Below are some records; output exactly the lines from the line with "v31 (10.258343,-47.5,0)" to the line with "e36 v33 v30", both ends kept, and nothing more.

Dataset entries
--- --- ---

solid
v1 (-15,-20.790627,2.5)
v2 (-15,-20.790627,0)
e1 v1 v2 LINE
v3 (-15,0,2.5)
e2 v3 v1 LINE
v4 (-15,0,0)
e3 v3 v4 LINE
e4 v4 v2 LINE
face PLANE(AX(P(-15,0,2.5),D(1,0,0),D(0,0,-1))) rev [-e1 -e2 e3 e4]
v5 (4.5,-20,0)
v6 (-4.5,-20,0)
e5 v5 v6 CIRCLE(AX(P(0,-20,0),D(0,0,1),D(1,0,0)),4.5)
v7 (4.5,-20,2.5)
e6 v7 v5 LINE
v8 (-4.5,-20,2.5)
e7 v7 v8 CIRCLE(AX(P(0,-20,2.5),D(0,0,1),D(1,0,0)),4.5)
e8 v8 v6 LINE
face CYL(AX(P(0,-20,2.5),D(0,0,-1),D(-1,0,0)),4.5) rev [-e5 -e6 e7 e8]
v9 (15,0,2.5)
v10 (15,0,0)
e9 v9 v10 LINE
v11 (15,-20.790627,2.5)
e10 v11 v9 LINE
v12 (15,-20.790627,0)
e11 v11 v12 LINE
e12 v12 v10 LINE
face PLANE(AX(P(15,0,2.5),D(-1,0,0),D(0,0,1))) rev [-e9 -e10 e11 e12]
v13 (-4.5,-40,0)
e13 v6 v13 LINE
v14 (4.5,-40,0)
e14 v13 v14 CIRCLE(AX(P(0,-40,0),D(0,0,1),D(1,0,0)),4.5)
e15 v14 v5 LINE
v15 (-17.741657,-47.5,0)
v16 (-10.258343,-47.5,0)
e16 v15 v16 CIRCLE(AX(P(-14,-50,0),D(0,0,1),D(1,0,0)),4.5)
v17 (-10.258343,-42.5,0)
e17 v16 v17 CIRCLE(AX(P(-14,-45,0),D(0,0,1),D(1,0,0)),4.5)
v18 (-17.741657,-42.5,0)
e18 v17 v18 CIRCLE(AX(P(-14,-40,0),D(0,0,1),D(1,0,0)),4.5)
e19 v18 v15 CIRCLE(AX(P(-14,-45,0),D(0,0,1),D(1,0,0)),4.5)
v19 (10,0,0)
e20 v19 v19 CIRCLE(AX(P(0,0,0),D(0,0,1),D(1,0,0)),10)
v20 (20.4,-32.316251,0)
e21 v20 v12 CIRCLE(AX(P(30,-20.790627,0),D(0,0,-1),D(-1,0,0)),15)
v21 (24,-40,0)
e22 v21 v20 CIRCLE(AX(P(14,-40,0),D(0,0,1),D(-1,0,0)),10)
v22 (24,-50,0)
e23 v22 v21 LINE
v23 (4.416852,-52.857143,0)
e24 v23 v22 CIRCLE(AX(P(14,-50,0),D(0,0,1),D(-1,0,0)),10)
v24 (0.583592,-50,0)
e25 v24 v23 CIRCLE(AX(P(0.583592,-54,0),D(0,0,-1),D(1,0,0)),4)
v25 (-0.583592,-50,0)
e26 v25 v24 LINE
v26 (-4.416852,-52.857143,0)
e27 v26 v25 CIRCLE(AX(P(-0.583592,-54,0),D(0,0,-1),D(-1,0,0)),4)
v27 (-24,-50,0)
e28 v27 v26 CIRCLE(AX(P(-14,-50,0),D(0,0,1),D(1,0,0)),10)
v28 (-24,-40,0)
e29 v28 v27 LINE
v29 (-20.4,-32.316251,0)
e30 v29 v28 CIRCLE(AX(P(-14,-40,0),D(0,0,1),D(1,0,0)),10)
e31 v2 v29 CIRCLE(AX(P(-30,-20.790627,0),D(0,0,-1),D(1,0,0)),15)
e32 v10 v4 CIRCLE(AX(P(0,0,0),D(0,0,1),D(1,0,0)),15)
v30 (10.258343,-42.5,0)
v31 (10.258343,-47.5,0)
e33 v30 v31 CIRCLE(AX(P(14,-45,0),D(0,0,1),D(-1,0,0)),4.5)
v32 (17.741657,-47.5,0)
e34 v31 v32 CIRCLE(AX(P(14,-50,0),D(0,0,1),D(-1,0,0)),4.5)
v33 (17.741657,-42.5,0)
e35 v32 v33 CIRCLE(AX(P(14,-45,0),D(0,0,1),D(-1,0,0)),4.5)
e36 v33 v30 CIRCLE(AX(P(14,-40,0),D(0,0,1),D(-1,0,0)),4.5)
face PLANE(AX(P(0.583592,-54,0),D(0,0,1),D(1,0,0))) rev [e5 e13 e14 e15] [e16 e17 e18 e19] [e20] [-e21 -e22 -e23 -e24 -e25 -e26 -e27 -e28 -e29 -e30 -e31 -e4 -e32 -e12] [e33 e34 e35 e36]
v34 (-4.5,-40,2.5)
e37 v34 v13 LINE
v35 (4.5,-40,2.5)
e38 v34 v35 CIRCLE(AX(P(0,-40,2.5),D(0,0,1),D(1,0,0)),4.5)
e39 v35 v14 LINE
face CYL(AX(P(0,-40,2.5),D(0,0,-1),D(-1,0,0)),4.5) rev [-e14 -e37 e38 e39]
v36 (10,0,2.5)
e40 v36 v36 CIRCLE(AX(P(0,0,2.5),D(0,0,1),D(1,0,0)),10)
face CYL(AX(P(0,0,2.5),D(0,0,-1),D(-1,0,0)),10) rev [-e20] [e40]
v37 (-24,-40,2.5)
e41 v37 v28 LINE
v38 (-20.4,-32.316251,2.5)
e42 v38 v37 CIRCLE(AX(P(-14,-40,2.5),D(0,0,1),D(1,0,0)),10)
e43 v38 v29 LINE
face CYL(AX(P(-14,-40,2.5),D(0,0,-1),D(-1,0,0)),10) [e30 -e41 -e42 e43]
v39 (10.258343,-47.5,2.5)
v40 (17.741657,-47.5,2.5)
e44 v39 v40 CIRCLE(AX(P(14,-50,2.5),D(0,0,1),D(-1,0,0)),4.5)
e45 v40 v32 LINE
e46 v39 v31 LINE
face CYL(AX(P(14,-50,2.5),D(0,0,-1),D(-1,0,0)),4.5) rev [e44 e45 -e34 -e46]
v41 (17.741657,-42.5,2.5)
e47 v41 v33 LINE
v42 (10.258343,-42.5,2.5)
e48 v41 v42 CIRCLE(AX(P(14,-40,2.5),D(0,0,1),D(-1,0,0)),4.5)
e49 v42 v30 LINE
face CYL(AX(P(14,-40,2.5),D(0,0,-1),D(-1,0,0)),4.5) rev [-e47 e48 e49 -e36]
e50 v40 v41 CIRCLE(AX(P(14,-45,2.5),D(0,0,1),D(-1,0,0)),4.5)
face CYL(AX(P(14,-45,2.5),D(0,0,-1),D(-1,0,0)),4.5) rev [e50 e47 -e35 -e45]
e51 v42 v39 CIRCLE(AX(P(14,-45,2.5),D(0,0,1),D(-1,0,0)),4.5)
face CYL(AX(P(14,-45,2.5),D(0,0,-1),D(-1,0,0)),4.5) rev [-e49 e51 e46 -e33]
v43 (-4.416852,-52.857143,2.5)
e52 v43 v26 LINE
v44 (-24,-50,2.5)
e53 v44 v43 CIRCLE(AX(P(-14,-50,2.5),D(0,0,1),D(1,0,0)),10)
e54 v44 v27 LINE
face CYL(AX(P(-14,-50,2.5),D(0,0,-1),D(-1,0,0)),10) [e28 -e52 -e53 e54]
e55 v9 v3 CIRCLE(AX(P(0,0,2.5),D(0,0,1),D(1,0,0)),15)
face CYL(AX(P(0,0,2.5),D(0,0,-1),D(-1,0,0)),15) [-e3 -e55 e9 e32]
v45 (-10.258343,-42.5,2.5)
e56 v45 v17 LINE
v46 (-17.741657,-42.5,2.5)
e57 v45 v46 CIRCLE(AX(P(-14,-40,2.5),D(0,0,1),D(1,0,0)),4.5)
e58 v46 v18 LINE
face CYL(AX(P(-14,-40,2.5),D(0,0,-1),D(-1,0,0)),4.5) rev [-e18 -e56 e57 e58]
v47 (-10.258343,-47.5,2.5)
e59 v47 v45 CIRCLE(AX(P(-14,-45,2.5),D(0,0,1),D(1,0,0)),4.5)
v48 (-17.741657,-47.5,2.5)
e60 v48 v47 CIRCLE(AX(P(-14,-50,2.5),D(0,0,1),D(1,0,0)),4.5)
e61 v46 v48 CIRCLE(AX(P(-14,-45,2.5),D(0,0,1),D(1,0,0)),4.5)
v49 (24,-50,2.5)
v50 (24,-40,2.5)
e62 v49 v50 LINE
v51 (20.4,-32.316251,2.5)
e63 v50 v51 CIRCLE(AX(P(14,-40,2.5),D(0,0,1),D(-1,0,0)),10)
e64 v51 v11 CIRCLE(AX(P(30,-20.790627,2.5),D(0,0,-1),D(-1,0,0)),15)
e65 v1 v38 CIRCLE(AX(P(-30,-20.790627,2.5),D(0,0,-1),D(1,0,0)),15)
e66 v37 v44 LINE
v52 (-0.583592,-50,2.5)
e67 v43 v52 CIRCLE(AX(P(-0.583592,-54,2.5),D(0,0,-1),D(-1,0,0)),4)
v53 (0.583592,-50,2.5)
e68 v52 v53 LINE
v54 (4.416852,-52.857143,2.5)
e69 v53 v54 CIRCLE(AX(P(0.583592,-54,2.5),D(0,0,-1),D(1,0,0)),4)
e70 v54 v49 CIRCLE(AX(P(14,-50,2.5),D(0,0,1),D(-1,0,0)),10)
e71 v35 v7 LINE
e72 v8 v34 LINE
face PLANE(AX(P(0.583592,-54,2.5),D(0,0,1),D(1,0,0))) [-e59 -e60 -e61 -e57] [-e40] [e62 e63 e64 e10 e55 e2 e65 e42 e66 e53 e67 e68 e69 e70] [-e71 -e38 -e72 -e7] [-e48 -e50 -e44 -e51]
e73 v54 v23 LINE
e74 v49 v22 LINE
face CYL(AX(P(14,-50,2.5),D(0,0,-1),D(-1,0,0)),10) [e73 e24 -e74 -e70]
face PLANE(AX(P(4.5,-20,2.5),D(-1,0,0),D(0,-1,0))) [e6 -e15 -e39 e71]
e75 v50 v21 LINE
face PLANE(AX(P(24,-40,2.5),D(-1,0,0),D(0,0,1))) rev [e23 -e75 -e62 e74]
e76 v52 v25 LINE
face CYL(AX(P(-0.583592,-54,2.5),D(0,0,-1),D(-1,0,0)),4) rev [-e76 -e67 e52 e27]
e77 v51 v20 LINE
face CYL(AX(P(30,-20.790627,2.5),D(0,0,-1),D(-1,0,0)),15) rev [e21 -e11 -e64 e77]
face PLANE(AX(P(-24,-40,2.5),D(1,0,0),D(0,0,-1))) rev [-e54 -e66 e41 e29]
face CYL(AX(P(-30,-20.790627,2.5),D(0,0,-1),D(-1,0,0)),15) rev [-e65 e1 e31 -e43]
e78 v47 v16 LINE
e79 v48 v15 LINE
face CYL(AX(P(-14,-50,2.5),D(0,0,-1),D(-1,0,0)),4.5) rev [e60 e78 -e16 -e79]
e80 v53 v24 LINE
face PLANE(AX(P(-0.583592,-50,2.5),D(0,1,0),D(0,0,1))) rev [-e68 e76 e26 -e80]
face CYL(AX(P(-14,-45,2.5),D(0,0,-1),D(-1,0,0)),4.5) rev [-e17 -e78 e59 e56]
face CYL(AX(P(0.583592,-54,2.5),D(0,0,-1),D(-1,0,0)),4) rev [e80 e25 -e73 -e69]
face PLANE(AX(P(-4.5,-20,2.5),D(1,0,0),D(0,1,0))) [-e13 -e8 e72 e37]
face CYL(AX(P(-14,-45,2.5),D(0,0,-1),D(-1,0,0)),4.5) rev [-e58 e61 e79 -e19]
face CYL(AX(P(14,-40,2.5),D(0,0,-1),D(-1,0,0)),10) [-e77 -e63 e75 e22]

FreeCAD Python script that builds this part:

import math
import FreeCAD as App
import Part
import Sketcher
from FreeCAD import Vector

doc = App.newDocument("Part")
params = doc.addObject("Spreadsheet::Sheet", "Params")
for row, (alias, value) in enumerate([
    ("sketch1_diameter", "20 mm"),
    ("sketch1_radius", "4 mm"),
    ("sketch1_radius2", "15 mm"),
    ("sketch1_radius3", "4.5 mm"),
    ("sketch1_height", "10 mm"),
    ("pad1_length", "2.5 mm"),
], start=1):
    params.set(f"A{row}", alias)
    params.set(f"B{row}", "=" + value)
    params.setAlias(f"B{row}", alias)

body = doc.addObject("PartDesign::Body", "Body")

# Sketch on XY plane
sketch1 = body.newObject("Sketcher::SketchObject", "Sketch")
sketch1.AttachmentSupport = (doc.getObject("XY_Plane"), [""])
sketch1.MapMode = "FlatFace"
sketch1.addGeometry([
    Part.LineSegment(Vector(-24, -40, 0), Vector(-24, -50, 0)),  # 0
    Part.ArcOfCircle(Part.Circle(Vector(-14, -50, 0), Vector(0, 0, 1), 10), math.radians(180), math.radians(343)),  # 1
    Part.ArcOfCircle(Part.Circle(Vector(-0.6, -54, 0), Vector(0, 0, 1), 4), math.radians(90), math.radians(163)),  # 2
    Part.LineSegment(Vector(-0.6, -50, 0), Vector(0.6, -50, 0)),  # 3
    Part.ArcOfCircle(Part.Circle(Vector(0.6, -54, 0), Vector(0, 0, 1), 4), math.radians(17), math.radians(90)),  # 4
    Part.ArcOfCircle(Part.Circle(Vector(14, -50, 0), Vector(0, 0, 1), 10), math.radians(-163), math.radians(0)),  # 5
    Part.LineSegment(Vector(24, -50, 0), Vector(24, -40, 0)),  # 6
    Part.ArcOfCircle(Part.Circle(Vector(14, -40, 0), Vector(0, 0, 1), 10), math.radians(0), math.radians(50)),  # 7
    Part.ArcOfCircle(Part.Circle(Vector(30, -20.8, 0), Vector(0, 0, 1), 15), math.radians(-180), math.radians(-130)),  # 8
    Part.LineSegment(Vector(15, -20.8, 0), Vector(15, 0, 0)),  # 9
    Part.ArcOfCircle(Part.Circle(Vector(0, 0, 0), Vector(0, 0, 1), 15), math.radians(0), math.radians(180)),  # 10
    Part.LineSegment(Vector(-15, 0, 0), Vector(-15, -20.8, 0)),  # 11
    Part.ArcOfCircle(Part.Circle(Vector(-30, -20.8, 0), Vector(0, 0, 1), 15), math.radians(-50), math.radians(0)),  # 12
    Part.ArcOfCircle(Part.Circle(Vector(-14, -40, 0), Vector(0, 0, 1), 10), math.radians(130), math.radians(180)),  # 13
    Part.ArcOfCircle(Part.Circle(Vector(-14, -50, 0), Vector(0, 0, 1), 4.5), math.radians(146), math.radians(394)),  # 14
    Part.ArcOfCircle(Part.Circle(Vector(-14, -45, 0), Vector(0, 0, 1), 4.5), math.radians(146), math.radians(214)),  # 15
    Part.ArcOfCircle(Part.Circle(Vector(-14, -40, 0), Vector(0, 0, 1), 4.5), math.radians(-34), math.radians(214)),  # 16
    Part.ArcOfCircle(Part.Circle(Vector(-14, -45, 0), Vector(0, 0, 1), 4.5), math.radians(-34), math.radians(34)),  # 17
    Part.ArcOfCircle(Part.Circle(Vector(14, -50, 0), Vector(0, 0, 1), 4.5), math.radians(146), math.radians(394)),  # 18
    Part.ArcOfCircle(Part.Circle(Vector(14, -45, 0), Vector(0, 0, 1), 4.5), math.radians(146), math.radians(214)),  # 19
    Part.ArcOfCircle(Part.Circle(Vector(14, -40, 0), Vector(0, 0, 1), 4.5), math.radians(-34), math.radians(214)),  # 20
    Part.ArcOfCircle(Part.Circle(Vector(14, -45, 0), Vector(0, 0, 1), 4.5), math.radians(-34), math.radians(34)),  # 21
    Part.LineSegment(Vector(-4.5, -40, 0), Vector(-4.5, -20, 0)),  # 22
    Part.ArcOfCircle(Part.Circle(Vector(0, -20, 0), Vector(0, 0, 1), 4.5), math.radians(0), math.radians(180)),  # 23
    Part.LineSegment(Vector(4.5, -20, 0), Vector(4.5, -40, 0)),  # 24
    Part.ArcOfCircle(Part.Circle(Vector(0, -40, 0), Vector(0, 0, 1), 4.5), math.radians(180), math.radians(360)),  # 25
    Part.Circle(Vector(0, 0, 0), Vector(0, 0, 1), 10),  # 26
], False)
sketch1.addConstraint([
    Sketcher.Constraint("Tangent", 0, 2, 1, 1),
    Sketcher.Constraint("Tangent", 1, 2, 2, 2),
    Sketcher.Constraint("Tangent", 2, 1, 3, 1),
    Sketcher.Constraint("Tangent", 3, 2, 4, 2),
    Sketcher.Constraint("Tangent", 4, 1, 5, 1),
    Sketcher.Constraint("Tangent", 5, 2, 6, 1),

--- --- ---

- EXERCISE ANSWER
v31 (10.258343,-47.5,0)
e33 v30 v31 CIRCLE(AX(P(14,-45,0),D(0,0,1),D(-1,0,0)),4.5)
v32 (17.741657,-47.5,0)
e34 v31 v32 CIRCLE(AX(P(14,-50,0),D(0,0,1),D(-1,0,0)),4.5)
v33 (17.741657,-42.5,0)
e35 v32 v33 CIRCLE(AX(P(14,-45,0),D(0,0,1),D(-1,0,0)),4.5)
e36 v33 v30 CIRCLE(AX(P(14,-40,0),D(0,0,1),D(-1,0,0)),4.5)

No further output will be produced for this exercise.